Question

A Preliminary Example: Integrating \(\int \cos j x \sin ^{k} x d x\) Where \(k\) is Odd Evaluate \(\int \cos ^{2} x \sin ^{3} x d x\).

Short answer

The integral evaluates to \(-\frac{\cos^3 x}{3} + \frac{\cos^5 x}{5} + C\)."

Step-by-step solution

Identify Trigonometric Identity

Since we know that \(k = 3\) is odd, we recognize that simplifying using a trigonometric identity will make integration easier. We can use the identity \( \sin^2 x = 1 - \cos^2 x \) to simplify the expression.

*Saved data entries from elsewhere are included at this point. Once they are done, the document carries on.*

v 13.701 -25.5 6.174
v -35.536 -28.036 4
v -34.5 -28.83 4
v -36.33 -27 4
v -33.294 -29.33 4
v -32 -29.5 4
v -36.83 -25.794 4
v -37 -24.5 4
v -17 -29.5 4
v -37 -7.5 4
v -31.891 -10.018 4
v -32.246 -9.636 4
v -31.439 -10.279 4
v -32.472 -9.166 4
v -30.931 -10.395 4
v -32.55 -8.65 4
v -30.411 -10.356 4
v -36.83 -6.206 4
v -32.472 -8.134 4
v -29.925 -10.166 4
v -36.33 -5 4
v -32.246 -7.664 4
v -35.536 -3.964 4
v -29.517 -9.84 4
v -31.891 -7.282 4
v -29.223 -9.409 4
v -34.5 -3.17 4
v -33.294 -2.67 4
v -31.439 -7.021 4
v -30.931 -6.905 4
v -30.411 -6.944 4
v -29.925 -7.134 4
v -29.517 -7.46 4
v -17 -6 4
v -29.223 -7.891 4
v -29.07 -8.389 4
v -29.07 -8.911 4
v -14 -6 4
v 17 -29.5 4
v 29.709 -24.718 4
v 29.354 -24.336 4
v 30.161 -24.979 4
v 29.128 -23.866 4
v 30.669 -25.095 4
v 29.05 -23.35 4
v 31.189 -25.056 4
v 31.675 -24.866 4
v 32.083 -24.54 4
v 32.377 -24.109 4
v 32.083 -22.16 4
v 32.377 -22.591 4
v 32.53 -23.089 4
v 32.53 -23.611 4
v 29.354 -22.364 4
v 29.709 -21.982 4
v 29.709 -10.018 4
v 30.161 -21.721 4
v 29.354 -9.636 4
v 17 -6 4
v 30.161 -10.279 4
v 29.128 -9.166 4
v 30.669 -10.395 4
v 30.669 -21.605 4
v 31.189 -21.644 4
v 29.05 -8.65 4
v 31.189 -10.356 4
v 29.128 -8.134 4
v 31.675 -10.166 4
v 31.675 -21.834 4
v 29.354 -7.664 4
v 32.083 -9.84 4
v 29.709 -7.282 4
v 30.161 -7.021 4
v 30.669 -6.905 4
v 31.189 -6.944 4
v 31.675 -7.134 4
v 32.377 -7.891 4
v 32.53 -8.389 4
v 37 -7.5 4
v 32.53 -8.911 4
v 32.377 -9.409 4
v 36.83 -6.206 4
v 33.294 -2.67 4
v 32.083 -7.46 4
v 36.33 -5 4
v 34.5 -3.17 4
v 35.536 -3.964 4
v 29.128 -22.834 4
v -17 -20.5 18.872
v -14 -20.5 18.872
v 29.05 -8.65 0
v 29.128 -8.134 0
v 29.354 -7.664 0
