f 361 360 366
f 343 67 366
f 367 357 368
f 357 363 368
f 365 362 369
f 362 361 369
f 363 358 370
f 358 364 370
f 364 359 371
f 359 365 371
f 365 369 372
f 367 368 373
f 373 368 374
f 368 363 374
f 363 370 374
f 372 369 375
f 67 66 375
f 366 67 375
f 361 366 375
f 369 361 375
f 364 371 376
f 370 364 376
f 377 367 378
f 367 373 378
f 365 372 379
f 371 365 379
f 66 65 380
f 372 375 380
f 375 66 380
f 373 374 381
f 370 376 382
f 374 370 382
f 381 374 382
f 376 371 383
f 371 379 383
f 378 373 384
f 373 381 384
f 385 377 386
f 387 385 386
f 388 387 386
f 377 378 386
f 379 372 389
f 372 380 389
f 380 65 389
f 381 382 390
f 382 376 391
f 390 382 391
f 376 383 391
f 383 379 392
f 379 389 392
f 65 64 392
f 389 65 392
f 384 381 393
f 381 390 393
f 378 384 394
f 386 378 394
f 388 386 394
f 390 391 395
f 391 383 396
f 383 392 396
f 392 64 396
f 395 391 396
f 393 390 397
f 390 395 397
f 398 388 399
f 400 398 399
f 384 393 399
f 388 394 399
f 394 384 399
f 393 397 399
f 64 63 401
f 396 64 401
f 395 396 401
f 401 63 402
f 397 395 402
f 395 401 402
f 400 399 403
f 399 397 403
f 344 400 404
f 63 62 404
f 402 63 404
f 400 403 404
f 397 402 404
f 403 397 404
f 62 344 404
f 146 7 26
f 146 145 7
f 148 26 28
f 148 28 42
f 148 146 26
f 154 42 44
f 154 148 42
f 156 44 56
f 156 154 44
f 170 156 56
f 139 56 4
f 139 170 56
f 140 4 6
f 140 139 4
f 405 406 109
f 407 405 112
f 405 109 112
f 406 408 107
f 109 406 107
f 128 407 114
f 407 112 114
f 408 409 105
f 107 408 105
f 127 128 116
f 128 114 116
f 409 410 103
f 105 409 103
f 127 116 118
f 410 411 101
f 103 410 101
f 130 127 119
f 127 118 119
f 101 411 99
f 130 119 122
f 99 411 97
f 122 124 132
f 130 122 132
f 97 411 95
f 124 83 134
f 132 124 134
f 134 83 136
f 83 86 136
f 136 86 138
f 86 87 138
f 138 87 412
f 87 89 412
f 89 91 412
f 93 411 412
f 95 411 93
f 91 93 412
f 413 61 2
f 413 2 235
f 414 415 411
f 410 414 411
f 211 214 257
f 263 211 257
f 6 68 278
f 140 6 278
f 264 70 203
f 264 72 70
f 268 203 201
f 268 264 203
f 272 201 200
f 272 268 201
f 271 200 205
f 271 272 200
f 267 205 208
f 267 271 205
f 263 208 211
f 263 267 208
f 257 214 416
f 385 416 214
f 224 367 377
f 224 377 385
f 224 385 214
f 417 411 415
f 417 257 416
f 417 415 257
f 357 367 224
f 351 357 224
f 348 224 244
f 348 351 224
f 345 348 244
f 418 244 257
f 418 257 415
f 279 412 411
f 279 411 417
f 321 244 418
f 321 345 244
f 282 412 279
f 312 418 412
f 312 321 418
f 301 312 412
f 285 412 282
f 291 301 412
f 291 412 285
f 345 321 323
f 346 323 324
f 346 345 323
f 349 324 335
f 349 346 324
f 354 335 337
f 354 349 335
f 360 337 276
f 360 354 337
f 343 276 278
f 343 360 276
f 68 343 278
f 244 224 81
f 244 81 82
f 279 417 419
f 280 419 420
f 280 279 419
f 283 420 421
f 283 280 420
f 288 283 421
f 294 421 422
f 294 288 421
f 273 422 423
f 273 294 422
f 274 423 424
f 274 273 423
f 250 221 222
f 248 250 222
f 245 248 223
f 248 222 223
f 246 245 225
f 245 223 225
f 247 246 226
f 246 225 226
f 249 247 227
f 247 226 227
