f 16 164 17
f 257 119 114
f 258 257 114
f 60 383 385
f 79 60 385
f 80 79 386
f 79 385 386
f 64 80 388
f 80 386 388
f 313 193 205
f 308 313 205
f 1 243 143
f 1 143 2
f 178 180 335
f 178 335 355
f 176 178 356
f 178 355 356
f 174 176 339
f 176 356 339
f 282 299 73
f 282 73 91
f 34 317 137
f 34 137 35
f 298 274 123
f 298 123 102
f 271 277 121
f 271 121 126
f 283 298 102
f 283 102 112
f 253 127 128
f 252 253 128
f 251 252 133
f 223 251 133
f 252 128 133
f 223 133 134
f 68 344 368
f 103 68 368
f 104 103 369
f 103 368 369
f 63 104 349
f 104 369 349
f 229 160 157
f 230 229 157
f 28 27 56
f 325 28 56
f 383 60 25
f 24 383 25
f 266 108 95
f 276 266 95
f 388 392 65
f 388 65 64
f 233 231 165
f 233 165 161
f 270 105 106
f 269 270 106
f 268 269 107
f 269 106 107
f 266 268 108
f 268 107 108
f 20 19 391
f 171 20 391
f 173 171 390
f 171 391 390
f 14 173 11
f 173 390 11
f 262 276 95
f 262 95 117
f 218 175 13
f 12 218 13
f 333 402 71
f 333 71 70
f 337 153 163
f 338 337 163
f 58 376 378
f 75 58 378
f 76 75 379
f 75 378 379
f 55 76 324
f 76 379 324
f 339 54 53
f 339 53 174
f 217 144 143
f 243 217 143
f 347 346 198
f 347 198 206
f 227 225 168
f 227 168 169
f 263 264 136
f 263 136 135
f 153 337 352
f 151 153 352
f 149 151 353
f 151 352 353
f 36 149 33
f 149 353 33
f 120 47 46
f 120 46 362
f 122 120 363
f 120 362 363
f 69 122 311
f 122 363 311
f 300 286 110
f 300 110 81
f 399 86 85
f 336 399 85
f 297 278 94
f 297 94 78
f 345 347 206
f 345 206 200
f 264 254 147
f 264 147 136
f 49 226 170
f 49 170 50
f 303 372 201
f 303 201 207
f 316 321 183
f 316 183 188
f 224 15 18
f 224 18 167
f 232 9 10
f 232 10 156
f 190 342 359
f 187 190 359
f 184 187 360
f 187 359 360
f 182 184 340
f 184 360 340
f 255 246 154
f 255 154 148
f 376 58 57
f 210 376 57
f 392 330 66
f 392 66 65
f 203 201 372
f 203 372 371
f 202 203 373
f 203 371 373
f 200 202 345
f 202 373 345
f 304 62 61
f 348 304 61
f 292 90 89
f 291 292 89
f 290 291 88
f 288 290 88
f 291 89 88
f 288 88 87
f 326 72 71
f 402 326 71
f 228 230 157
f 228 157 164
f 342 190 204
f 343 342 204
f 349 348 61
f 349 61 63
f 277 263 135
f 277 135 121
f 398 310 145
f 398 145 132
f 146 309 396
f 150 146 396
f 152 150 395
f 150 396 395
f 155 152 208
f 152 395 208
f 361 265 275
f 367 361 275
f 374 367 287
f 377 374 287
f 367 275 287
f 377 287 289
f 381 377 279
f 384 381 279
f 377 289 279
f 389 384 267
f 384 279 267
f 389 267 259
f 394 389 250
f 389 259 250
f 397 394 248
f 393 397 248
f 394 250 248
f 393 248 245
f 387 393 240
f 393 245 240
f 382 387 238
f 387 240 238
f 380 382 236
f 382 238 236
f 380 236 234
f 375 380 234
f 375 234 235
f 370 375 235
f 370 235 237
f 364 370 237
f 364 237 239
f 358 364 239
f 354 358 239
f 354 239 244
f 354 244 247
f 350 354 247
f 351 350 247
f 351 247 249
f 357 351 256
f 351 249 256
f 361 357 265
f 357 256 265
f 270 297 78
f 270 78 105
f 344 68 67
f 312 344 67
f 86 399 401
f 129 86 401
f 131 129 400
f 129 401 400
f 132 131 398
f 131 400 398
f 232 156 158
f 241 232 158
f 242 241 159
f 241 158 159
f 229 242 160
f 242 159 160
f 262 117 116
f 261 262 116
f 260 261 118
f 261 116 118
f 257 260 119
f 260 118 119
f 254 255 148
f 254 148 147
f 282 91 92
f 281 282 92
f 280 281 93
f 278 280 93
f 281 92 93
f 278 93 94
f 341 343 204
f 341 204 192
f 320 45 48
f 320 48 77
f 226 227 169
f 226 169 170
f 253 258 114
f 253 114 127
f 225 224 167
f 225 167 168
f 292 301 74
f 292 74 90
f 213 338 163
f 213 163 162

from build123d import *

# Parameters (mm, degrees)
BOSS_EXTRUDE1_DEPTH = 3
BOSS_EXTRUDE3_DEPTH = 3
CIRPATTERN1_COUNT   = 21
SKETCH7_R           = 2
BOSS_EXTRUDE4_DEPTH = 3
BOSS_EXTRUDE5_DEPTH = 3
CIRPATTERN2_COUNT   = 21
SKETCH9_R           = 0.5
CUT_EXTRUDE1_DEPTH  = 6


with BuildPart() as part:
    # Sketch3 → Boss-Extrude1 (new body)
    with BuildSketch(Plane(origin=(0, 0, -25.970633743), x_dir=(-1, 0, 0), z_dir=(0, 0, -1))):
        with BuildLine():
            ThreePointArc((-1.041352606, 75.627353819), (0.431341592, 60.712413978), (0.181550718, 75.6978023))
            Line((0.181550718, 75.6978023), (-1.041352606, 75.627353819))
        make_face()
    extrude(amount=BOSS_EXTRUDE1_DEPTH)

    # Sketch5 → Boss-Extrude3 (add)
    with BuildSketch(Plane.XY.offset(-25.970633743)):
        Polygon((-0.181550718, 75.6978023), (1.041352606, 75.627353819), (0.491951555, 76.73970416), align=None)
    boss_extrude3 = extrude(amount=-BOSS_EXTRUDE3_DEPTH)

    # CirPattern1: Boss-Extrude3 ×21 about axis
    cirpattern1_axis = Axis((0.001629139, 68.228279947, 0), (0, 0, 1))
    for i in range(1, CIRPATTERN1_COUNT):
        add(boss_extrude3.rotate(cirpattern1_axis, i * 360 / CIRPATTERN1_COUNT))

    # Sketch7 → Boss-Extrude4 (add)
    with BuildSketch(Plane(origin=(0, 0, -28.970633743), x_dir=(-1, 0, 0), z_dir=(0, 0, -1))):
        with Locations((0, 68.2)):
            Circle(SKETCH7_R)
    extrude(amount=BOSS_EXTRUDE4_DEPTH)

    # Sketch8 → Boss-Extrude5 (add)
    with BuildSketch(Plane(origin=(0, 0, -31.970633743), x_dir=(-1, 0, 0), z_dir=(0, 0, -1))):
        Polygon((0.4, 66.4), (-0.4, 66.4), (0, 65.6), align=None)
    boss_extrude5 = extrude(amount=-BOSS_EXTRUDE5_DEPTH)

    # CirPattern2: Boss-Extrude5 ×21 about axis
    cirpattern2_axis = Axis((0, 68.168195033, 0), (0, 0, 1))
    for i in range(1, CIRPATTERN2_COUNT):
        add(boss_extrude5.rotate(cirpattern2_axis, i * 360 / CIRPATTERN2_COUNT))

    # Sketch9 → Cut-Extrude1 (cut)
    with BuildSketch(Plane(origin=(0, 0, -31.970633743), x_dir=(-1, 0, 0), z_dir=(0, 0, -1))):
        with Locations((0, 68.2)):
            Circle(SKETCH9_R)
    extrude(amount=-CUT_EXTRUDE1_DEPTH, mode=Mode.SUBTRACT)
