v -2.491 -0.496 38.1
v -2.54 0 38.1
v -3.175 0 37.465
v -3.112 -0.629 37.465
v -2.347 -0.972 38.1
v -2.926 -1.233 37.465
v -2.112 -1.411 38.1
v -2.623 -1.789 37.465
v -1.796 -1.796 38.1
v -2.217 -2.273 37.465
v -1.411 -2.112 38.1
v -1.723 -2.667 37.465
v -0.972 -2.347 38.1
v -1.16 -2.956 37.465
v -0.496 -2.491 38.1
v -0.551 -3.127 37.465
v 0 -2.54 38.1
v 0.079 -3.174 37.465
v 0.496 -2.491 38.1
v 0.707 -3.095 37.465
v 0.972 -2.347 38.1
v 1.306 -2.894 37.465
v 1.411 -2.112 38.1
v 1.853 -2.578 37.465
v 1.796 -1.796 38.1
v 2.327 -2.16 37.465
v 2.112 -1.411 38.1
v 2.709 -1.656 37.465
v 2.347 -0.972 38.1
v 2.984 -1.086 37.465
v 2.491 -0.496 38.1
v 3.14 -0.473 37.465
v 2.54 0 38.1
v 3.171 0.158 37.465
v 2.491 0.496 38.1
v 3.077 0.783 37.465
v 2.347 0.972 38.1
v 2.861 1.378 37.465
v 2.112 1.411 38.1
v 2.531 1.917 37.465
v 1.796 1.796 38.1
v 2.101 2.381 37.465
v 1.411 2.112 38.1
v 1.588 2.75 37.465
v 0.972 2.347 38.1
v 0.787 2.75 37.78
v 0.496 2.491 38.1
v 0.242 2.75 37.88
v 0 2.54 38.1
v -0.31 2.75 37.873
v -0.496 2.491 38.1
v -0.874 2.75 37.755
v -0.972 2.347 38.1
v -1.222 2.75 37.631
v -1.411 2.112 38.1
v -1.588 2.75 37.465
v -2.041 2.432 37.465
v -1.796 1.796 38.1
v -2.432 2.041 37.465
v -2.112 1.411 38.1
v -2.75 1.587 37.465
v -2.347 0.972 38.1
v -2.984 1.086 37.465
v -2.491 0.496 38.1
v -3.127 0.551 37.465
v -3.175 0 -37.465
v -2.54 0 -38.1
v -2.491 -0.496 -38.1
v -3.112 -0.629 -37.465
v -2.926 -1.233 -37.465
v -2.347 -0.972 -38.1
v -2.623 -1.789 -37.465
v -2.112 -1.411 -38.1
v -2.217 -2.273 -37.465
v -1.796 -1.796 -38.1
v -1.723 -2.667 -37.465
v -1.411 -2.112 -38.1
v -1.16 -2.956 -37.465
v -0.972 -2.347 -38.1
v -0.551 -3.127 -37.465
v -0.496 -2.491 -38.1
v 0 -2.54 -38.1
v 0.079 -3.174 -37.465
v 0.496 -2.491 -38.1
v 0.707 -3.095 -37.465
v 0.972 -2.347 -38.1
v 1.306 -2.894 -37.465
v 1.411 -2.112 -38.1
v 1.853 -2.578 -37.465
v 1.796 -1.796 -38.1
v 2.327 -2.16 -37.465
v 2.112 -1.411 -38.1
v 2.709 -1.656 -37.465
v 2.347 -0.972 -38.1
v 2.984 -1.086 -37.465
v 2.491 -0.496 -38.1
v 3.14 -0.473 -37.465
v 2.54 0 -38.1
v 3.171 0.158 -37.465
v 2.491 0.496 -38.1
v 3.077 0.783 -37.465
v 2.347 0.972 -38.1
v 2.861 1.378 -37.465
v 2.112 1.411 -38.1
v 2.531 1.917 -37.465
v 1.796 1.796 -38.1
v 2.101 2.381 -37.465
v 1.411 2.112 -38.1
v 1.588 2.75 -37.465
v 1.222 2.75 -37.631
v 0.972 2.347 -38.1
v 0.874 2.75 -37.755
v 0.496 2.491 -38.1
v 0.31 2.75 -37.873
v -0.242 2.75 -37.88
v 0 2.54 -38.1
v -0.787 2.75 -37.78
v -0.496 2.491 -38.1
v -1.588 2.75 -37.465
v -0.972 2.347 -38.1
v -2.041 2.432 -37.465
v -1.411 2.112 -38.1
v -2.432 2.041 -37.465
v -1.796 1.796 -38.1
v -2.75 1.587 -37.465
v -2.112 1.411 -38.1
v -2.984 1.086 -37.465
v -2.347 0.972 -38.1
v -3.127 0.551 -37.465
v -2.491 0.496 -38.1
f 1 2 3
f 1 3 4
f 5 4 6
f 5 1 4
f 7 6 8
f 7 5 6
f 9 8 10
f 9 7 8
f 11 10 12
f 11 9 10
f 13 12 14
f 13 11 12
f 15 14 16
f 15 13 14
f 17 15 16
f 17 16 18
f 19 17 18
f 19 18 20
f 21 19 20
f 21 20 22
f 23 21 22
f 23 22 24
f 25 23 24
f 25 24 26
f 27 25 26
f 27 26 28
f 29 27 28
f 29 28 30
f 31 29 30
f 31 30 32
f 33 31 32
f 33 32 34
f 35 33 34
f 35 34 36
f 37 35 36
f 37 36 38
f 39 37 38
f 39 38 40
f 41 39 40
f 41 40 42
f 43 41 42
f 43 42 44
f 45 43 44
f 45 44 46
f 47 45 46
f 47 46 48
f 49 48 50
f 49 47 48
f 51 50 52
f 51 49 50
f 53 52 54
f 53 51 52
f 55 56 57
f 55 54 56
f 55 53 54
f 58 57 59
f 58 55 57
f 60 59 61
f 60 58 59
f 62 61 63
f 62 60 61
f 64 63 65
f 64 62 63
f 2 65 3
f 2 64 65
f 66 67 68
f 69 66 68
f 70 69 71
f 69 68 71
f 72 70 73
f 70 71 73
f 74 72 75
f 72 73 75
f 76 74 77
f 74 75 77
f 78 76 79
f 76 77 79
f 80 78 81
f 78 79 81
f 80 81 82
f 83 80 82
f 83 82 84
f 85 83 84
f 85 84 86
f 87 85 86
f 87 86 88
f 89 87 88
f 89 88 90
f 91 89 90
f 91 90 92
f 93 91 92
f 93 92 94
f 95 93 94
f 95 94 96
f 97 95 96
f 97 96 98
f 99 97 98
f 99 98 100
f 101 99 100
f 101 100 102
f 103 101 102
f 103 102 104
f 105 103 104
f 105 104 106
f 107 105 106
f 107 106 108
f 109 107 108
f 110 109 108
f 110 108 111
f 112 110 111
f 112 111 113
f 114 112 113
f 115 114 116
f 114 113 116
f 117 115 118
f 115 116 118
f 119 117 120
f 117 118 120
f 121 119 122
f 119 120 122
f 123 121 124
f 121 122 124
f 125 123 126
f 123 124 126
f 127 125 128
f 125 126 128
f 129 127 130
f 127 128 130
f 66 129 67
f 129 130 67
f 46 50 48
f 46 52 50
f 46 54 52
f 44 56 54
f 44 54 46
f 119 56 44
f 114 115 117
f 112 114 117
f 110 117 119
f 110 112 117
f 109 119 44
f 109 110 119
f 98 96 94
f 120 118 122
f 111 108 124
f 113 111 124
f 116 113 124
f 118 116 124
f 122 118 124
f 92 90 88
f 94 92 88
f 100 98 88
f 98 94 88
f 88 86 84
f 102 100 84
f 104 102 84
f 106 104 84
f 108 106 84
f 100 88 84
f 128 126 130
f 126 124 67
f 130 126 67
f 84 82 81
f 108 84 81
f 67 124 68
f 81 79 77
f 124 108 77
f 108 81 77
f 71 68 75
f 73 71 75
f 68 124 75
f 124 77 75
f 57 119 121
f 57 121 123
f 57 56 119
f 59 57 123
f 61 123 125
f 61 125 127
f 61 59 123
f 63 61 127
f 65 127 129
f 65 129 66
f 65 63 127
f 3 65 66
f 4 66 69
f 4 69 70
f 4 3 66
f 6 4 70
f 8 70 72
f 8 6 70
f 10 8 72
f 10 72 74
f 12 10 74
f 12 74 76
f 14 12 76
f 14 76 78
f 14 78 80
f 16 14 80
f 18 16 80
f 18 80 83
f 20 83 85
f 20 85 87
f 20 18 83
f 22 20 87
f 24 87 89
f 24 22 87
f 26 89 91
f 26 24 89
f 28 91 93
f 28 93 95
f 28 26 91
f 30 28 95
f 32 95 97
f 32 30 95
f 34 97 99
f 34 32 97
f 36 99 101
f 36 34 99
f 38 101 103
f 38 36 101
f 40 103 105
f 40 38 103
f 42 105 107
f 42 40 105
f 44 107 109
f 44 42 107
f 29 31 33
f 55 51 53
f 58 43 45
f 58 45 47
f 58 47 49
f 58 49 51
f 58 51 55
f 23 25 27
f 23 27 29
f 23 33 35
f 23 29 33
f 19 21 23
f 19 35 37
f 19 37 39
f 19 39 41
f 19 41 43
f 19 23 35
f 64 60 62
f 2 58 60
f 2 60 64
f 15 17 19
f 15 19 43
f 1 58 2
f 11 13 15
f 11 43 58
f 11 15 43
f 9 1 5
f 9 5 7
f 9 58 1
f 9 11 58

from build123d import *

# Parameters (mm, degrees)
SKETCH1_R           = 3.175
EXTRUDE1_DEPTH      = 38.1
CHAMFER1_SIZE       = 0.635
EXTRUDE7_DEPTH      = 39.363670966
EXTRUDE7_DEPTH_BACK = 39.363670966


with BuildPart() as part:
    # Sketch1 → Extrude1 (new, symmetric)
    with BuildSketch(Plane.XY):
        with Locations(Location((0, 0, 0), (0, 0, 180))):
            Circle(SKETCH1_R)
    extrude(amount=EXTRUDE1_DEPTH, both=True)

    # Chamfer1
    chamfer1_edges = [part.edges().sort_by_distance(p)[0] for p in [
        (3.175, 0, -38.1),
        (3.175, 0, 38.1),
    ]]
    chamfer(chamfer1_edges, length=CHAMFER1_SIZE)

    # Sketch13 → Extrude7 (cut, two sides: drawn at the far end of the back side and taken through both)
    with BuildSketch(Plane.XY.offset(-EXTRUDE7_DEPTH_BACK)):
        with BuildLine():
            Line((-1.5875, 2.749630657), (1.5875, 2.749630657))
            ThreePointArc((1.5875, 2.749630657), (0, 3.175), (-1.5875, 2.749630657))
        make_face()
    extrude(amount=EXTRUDE7_DEPTH + EXTRUDE7_DEPTH_BACK, mode=Mode.SUBTRACT)


solid = part.part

Rewrite Integral Using Identity

Rewrite \( \sin^3 x \) as \( \sin x \cdot \sin^2 x \). Replace \( \sin^2 x \) with \( 1 - \cos^2 x \) to get: \[ \int \cos^2 x \sin x (1 - \cos^2 x) \, dx \]

Expand the Expression

Next, distribute the \( \sin x \) across the expression to get:\[ \int \sin x \cos^2 x \, dx - \int \sin x \cos^4 x \, dx \]

Use Substitution Method

Let \( u = \cos x \), which implies \( du = -\sin x \, dx \). Rewrite the integrals using this substitution:\[ -\int u^2 \, du + \int u^4 \, du \]

Integrate Each Term

Integrate each term separately:\[ -\int u^2 \, du = -\frac{u^3}{3} = -\frac{\cos^3 x}{3} \]\[ \int u^4 \, du = \frac{u^5}{5} = \frac{\cos^5 x}{5} \]

Combine Solutions

Combine both integrated results from the previous step:\[ -\frac{\cos^3 x}{3} + \frac{\cos^5 x}{5} + C \]Here, \( C \) is the constant of integration.

Key concepts

Substitution Method

The substitution method is a powerful tool in integration, especially for more complex integrals involving trigonometric functions. This technique involves changing the variable of integration to simplify the integral.
This helps to make the integral more manageable. The core idea is to replace a part of the integrand with a new variable that simplifies the expression.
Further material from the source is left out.